What to produce -> Below are entries. Reproduce exactly the lines between the line holding "#48=LINE('',#22,#47);" and the line holding "#102=FACE_BOUND('',#101,.T.);", inclusive, and only those.

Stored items
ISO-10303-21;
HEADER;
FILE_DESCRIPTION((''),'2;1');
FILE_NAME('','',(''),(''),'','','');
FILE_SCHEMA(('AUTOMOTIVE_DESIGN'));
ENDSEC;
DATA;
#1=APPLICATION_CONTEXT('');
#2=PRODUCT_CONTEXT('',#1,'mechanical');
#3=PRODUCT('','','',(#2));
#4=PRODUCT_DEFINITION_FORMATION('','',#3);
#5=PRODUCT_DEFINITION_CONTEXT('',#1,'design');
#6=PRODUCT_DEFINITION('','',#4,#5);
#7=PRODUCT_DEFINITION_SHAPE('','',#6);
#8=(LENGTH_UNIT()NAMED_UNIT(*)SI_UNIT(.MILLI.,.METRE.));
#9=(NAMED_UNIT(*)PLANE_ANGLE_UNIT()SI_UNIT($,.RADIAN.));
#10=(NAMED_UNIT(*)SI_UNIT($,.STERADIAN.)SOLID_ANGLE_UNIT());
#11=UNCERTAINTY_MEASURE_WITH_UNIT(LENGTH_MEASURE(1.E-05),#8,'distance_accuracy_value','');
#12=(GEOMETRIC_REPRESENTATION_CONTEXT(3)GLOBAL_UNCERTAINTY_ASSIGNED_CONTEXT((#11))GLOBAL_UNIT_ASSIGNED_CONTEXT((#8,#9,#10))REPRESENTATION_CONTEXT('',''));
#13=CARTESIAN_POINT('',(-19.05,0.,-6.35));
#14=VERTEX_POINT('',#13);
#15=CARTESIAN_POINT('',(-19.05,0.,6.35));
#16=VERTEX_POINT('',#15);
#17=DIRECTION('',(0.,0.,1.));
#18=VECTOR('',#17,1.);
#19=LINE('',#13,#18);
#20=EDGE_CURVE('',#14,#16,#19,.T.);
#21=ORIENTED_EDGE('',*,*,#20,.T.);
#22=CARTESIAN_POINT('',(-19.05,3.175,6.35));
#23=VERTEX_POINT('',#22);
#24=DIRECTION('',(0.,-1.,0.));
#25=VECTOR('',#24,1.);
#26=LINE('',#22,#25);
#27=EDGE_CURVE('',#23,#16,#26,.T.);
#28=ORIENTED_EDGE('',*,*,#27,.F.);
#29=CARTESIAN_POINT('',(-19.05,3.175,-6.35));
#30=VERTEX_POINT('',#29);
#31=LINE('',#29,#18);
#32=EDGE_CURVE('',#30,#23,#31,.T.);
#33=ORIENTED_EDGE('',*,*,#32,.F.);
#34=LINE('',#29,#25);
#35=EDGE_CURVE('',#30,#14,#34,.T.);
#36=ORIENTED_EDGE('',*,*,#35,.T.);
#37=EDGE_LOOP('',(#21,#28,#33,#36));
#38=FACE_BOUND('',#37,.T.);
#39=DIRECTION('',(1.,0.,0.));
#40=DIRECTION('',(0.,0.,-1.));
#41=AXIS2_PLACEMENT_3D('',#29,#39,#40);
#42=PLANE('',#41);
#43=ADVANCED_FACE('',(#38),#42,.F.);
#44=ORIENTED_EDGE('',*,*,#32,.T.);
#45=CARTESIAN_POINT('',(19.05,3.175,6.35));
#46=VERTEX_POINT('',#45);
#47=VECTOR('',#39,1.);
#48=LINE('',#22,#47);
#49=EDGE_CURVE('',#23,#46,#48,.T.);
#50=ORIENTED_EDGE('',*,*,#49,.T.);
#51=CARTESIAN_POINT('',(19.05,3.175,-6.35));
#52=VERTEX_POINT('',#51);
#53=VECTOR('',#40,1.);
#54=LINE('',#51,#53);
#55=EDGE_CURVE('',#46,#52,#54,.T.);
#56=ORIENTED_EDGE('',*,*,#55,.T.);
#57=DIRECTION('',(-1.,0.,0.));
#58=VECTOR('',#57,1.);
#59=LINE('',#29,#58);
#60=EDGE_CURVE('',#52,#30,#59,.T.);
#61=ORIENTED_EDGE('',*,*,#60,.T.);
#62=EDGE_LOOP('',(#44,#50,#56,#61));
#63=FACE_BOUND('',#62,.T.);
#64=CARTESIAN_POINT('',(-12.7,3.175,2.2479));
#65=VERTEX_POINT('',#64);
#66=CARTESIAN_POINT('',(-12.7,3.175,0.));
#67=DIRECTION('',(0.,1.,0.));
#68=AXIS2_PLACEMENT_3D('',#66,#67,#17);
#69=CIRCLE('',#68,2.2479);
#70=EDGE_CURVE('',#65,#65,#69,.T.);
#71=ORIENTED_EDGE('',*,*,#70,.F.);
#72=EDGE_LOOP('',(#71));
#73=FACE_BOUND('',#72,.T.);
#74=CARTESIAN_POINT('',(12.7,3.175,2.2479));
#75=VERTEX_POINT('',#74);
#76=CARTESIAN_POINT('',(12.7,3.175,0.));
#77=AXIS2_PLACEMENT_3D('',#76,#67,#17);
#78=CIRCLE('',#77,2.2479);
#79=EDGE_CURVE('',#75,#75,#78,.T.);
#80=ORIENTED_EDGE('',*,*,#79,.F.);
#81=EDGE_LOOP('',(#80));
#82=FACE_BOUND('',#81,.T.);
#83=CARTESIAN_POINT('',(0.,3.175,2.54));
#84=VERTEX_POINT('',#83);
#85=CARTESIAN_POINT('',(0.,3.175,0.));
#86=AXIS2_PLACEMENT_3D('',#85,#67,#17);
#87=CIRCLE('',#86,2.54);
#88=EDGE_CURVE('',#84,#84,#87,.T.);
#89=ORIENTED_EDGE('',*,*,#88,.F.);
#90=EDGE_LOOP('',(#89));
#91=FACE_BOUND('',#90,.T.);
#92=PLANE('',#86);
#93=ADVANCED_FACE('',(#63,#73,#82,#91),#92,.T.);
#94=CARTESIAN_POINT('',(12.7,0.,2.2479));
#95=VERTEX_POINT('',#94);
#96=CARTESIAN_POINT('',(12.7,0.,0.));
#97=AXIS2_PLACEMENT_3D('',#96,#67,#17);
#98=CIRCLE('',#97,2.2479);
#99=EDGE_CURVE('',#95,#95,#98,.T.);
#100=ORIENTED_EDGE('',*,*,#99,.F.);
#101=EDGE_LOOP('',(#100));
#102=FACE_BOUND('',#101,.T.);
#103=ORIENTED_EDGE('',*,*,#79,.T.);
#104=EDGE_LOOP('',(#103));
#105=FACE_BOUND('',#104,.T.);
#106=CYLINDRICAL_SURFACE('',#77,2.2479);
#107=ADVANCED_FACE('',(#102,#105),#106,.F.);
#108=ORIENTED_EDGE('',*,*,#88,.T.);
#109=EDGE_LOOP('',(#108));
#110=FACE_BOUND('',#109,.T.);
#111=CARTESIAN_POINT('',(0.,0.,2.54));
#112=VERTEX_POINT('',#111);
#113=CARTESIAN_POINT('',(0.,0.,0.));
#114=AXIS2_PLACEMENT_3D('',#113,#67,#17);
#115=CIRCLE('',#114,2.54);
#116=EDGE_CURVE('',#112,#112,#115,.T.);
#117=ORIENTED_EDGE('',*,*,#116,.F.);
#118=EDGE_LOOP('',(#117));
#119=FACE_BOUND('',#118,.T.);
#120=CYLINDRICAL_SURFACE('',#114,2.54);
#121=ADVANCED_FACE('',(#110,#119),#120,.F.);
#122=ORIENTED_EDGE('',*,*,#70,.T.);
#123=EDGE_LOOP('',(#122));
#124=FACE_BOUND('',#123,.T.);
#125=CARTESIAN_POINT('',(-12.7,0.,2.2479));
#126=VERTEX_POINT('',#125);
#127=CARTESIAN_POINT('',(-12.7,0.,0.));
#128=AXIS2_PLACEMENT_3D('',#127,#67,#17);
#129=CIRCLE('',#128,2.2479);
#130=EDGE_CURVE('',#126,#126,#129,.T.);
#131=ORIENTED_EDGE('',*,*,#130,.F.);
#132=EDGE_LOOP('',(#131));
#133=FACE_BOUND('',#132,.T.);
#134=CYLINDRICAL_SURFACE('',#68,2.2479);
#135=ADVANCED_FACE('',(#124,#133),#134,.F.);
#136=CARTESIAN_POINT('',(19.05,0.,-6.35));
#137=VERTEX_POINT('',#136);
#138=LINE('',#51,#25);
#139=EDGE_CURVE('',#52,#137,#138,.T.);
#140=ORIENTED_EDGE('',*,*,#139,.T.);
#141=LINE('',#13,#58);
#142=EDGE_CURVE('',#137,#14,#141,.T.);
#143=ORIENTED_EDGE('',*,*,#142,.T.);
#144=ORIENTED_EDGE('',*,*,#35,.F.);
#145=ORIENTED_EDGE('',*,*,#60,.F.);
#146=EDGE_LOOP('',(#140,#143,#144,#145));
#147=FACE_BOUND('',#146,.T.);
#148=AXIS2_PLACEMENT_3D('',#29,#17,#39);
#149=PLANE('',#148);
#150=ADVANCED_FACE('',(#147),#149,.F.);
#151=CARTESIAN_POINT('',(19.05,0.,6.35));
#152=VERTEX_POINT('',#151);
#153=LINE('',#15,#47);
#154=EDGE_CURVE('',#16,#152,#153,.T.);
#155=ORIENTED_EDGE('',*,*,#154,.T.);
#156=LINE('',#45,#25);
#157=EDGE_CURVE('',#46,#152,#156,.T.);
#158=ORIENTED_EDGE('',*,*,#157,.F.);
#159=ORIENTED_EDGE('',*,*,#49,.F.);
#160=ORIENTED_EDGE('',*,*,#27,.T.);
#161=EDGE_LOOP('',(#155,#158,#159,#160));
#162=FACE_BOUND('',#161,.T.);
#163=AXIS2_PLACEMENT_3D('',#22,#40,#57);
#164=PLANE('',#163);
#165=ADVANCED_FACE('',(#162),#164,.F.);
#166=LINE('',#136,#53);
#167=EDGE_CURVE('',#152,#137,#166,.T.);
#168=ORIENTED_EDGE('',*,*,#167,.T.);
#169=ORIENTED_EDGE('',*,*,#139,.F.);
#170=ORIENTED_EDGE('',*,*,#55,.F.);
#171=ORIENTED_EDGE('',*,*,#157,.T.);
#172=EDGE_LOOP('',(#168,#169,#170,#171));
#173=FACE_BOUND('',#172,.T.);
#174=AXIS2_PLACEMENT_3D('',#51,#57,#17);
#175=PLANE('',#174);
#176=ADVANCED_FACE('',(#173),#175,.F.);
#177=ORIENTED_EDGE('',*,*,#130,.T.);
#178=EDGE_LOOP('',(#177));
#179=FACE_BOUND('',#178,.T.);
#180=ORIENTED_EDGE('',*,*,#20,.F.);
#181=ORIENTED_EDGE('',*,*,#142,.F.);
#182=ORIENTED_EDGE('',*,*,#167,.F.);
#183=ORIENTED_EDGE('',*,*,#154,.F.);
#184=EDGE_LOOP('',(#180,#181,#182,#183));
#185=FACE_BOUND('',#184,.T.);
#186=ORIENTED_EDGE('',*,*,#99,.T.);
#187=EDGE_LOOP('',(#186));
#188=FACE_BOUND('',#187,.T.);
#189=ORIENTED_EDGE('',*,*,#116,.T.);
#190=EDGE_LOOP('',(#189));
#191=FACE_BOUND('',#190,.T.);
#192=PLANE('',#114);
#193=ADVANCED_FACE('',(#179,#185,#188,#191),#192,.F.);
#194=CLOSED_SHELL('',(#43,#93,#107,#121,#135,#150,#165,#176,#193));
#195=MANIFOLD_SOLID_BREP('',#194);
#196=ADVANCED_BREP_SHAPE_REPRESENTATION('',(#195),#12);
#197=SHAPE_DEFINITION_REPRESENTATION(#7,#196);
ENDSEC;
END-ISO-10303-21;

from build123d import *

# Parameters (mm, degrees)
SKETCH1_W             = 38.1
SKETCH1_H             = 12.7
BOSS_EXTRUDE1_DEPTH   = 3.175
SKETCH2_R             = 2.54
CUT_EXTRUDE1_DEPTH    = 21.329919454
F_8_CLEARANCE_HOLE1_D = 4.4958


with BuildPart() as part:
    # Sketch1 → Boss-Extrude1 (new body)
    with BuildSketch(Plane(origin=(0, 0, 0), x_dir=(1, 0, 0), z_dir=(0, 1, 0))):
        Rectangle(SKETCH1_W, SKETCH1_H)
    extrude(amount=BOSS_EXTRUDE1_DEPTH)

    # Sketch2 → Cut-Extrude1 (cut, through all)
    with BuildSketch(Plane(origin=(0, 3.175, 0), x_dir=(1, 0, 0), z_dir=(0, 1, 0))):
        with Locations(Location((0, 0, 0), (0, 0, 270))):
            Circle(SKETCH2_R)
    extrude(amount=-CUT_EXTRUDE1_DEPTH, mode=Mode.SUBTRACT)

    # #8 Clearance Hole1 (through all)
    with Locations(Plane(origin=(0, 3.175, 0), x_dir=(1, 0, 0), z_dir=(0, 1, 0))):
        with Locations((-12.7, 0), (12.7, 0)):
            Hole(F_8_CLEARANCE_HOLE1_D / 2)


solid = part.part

==

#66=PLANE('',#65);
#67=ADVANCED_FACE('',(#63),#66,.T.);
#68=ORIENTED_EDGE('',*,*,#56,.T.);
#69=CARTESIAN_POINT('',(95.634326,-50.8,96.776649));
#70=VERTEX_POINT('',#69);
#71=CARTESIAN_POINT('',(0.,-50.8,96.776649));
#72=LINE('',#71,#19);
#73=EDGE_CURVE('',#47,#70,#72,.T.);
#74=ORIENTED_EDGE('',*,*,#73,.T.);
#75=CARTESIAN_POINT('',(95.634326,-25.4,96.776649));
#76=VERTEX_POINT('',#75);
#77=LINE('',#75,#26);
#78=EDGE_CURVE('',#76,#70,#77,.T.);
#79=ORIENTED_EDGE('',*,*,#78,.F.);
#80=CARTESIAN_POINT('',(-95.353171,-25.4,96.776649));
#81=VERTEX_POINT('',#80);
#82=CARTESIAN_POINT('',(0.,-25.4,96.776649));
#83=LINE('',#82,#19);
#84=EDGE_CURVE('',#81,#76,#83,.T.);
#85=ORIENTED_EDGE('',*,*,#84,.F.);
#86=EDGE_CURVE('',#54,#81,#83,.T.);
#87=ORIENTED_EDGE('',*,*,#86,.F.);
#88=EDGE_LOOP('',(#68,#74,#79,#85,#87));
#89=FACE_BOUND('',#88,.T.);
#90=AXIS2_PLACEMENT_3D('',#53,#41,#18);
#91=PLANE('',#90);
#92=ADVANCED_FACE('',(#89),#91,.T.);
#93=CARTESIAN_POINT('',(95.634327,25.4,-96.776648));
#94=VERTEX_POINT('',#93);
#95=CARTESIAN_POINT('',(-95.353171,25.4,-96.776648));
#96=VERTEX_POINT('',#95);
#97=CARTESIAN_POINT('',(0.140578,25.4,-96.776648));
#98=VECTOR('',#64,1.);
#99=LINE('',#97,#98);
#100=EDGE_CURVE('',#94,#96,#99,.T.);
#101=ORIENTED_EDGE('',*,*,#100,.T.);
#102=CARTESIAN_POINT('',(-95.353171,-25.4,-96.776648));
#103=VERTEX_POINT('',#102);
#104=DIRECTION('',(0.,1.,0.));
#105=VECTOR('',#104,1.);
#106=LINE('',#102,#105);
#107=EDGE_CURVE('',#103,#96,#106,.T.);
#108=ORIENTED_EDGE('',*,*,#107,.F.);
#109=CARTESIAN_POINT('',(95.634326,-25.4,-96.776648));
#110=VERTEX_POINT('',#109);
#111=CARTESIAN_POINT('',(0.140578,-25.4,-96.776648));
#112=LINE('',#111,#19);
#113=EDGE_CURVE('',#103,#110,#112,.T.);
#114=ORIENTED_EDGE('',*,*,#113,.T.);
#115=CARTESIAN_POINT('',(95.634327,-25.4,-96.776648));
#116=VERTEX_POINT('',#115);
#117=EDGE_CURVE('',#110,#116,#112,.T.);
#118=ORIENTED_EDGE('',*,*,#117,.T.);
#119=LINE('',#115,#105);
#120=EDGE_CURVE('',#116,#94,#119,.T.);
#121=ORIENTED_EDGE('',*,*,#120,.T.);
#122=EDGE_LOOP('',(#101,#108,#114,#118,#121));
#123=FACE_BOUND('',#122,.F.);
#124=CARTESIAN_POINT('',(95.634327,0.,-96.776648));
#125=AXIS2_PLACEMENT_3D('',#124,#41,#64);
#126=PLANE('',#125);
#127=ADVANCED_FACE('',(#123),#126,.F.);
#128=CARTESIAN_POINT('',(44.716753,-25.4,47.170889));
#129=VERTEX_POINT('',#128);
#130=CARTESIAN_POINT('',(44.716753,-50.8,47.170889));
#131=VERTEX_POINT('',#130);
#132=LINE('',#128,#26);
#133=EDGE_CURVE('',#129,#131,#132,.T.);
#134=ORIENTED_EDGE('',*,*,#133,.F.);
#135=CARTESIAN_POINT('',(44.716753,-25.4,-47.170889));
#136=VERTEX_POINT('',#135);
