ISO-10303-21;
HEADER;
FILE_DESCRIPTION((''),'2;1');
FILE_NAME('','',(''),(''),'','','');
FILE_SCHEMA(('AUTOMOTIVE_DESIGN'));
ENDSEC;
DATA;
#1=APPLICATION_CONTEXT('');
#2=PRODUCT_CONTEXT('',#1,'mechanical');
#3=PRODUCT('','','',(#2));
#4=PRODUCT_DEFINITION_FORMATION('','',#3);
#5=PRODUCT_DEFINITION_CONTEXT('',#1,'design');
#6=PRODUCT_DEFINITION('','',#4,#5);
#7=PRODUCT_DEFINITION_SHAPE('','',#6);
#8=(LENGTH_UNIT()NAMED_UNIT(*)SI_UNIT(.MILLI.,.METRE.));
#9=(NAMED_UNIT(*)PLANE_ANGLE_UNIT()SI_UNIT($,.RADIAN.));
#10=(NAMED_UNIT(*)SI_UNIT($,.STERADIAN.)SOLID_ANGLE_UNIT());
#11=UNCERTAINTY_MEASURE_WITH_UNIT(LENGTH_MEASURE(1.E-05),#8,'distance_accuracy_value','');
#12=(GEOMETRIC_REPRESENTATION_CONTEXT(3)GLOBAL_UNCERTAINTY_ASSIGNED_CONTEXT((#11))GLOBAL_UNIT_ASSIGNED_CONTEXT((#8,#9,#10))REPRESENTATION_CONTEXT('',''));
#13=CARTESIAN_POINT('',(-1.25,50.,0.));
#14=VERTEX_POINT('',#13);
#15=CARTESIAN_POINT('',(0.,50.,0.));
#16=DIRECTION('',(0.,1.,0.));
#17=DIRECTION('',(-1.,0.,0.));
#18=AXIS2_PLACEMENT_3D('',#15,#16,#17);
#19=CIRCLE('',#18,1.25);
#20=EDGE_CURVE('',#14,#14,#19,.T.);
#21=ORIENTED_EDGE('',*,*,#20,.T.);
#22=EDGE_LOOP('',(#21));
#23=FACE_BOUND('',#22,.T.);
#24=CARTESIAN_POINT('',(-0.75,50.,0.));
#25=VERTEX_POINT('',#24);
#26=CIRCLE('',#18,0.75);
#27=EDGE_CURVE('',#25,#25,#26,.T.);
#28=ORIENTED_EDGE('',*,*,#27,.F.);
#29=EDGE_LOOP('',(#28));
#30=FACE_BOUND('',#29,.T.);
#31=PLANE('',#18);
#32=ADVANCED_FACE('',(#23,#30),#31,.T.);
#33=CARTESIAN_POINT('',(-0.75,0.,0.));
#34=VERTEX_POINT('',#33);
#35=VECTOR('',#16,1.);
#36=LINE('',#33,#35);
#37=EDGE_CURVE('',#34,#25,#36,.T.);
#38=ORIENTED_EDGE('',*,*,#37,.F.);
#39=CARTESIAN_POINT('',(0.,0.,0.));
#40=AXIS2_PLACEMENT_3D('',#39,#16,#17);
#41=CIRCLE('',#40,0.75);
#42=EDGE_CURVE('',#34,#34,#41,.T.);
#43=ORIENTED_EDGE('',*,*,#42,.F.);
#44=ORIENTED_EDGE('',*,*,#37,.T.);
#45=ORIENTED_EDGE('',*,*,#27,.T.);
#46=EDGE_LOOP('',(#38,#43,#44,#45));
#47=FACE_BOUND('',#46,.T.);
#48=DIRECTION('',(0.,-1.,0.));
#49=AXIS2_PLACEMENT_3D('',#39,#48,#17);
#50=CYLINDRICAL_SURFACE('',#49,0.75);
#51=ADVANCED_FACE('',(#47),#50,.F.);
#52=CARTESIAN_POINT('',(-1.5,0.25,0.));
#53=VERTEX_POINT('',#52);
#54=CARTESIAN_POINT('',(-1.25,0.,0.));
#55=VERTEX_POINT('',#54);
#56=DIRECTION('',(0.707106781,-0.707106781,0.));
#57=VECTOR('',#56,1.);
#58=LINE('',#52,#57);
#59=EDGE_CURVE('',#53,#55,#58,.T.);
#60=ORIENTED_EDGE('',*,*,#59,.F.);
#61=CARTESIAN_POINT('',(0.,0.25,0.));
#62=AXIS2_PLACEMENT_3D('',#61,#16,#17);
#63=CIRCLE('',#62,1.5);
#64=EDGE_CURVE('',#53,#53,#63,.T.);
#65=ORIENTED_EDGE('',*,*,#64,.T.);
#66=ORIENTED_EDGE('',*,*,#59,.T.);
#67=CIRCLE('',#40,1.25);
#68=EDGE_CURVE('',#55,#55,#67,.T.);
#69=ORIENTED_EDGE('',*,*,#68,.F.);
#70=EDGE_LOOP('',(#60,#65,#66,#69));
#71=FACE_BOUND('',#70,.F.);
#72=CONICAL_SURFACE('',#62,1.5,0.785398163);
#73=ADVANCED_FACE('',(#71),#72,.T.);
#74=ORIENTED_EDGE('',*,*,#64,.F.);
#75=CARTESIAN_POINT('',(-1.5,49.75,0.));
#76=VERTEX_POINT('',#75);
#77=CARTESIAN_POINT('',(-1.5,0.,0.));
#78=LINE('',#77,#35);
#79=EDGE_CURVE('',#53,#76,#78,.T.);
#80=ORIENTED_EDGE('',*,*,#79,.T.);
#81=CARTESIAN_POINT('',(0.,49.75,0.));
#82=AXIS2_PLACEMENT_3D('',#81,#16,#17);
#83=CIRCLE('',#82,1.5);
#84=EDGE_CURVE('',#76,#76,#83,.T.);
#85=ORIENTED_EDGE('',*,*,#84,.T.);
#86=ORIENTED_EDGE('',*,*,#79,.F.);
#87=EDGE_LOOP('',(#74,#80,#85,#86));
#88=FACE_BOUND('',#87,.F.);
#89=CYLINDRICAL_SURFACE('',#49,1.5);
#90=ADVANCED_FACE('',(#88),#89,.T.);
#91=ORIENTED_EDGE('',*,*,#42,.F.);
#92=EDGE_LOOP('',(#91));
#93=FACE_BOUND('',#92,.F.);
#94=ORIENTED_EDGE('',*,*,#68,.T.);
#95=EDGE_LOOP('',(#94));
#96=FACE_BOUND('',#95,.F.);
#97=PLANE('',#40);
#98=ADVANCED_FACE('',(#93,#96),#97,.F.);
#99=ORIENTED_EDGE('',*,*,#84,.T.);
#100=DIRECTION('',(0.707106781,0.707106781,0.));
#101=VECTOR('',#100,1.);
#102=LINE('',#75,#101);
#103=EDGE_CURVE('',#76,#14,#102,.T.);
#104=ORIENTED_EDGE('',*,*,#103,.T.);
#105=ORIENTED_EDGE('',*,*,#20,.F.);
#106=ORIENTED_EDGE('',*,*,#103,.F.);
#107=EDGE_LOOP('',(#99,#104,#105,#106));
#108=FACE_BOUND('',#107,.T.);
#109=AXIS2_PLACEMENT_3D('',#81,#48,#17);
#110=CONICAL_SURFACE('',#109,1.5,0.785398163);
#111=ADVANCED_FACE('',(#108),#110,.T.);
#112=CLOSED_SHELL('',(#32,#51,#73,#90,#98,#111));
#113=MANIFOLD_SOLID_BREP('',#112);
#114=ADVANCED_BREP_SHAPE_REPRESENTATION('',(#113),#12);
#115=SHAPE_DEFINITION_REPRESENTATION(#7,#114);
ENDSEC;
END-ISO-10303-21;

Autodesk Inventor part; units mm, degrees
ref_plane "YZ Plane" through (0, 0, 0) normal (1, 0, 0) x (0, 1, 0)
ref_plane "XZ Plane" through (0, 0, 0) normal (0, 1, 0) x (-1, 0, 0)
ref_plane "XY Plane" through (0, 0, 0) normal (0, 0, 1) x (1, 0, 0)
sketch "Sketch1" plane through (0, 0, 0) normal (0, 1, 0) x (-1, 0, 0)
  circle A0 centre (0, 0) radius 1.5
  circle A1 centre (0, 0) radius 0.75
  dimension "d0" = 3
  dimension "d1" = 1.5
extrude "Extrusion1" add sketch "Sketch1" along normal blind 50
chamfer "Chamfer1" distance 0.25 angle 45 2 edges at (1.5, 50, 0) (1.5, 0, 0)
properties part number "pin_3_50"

Your solution ->
#48=LINE('',#22,#47);
#49=EDGE_CURVE('',#23,#46,#48,.T.);
#50=ORIENTED_EDGE('',*,*,#49,.T.);
#51=CARTESIAN_POINT('',(19.05,3.175,-6.35));
#52=VERTEX_POINT('',#51);
#53=VECTOR('',#40,1.);
#54=LINE('',#51,#53);
#55=EDGE_CURVE('',#46,#52,#54,.T.);
#56=ORIENTED_EDGE('',*,*,#55,.T.);
#57=DIRECTION('',(-1.,0.,0.));
#58=VECTOR('',#57,1.);
#59=LINE('',#29,#58);
#60=EDGE_CURVE('',#52,#30,#59,.T.);
#61=ORIENTED_EDGE('',*,*,#60,.T.);
#62=EDGE_LOOP('',(#44,#50,#56,#61));
#63=FACE_BOUND('',#62,.T.);
#64=CARTESIAN_POINT('',(-12.7,3.175,2.2479));
#65=VERTEX_POINT('',#64);
#66=CARTESIAN_POINT('',(-12.7,3.175,0.));
#67=DIRECTION('',(0.,1.,0.));
#68=AXIS2_PLACEMENT_3D('',#66,#67,#17);
#69=CIRCLE('',#68,2.2479);
#70=EDGE_CURVE('',#65,#65,#69,.T.);
#71=ORIENTED_EDGE('',*,*,#70,.F.);
#72=EDGE_LOOP('',(#71));
#73=FACE_BOUND('',#72,.T.);
#74=CARTESIAN_POINT('',(12.7,3.175,2.2479));
#75=VERTEX_POINT('',#74);
#76=CARTESIAN_POINT('',(12.7,3.175,0.));
#77=AXIS2_PLACEMENT_3D('',#76,#67,#17);
#78=CIRCLE('',#77,2.2479);
#79=EDGE_CURVE('',#75,#75,#78,.T.);
#80=ORIENTED_EDGE('',*,*,#79,.F.);
#81=EDGE_LOOP('',(#80));
#82=FACE_BOUND('',#81,.T.);
#83=CARTESIAN_POINT('',(0.,3.175,2.54));
#84=VERTEX_POINT('',#83);
#85=CARTESIAN_POINT('',(0.,3.175,0.));
#86=AXIS2_PLACEMENT_3D('',#85,#67,#17);
#87=CIRCLE('',#86,2.54);
#88=EDGE_CURVE('',#84,#84,#87,.T.);
#89=ORIENTED_EDGE('',*,*,#88,.F.);
#90=EDGE_LOOP('',(#89));
#91=FACE_BOUND('',#90,.T.);
#92=PLANE('',#86);
#93=ADVANCED_FACE('',(#63,#73,#82,#91),#92,.T.);
#94=CARTESIAN_POINT('',(12.7,0.,2.2479));
#95=VERTEX_POINT('',#94);
#96=CARTESIAN_POINT('',(12.7,0.,0.));
#97=AXIS2_PLACEMENT_3D('',#96,#67,#17);
#98=CIRCLE('',#97,2.2479);
#99=EDGE_CURVE('',#95,#95,#98,.T.);
#100=ORIENTED_EDGE('',*,*,#99,.F.);
#101=EDGE_LOOP('',(#100));
#102=FACE_BOUND('',#101,.T.);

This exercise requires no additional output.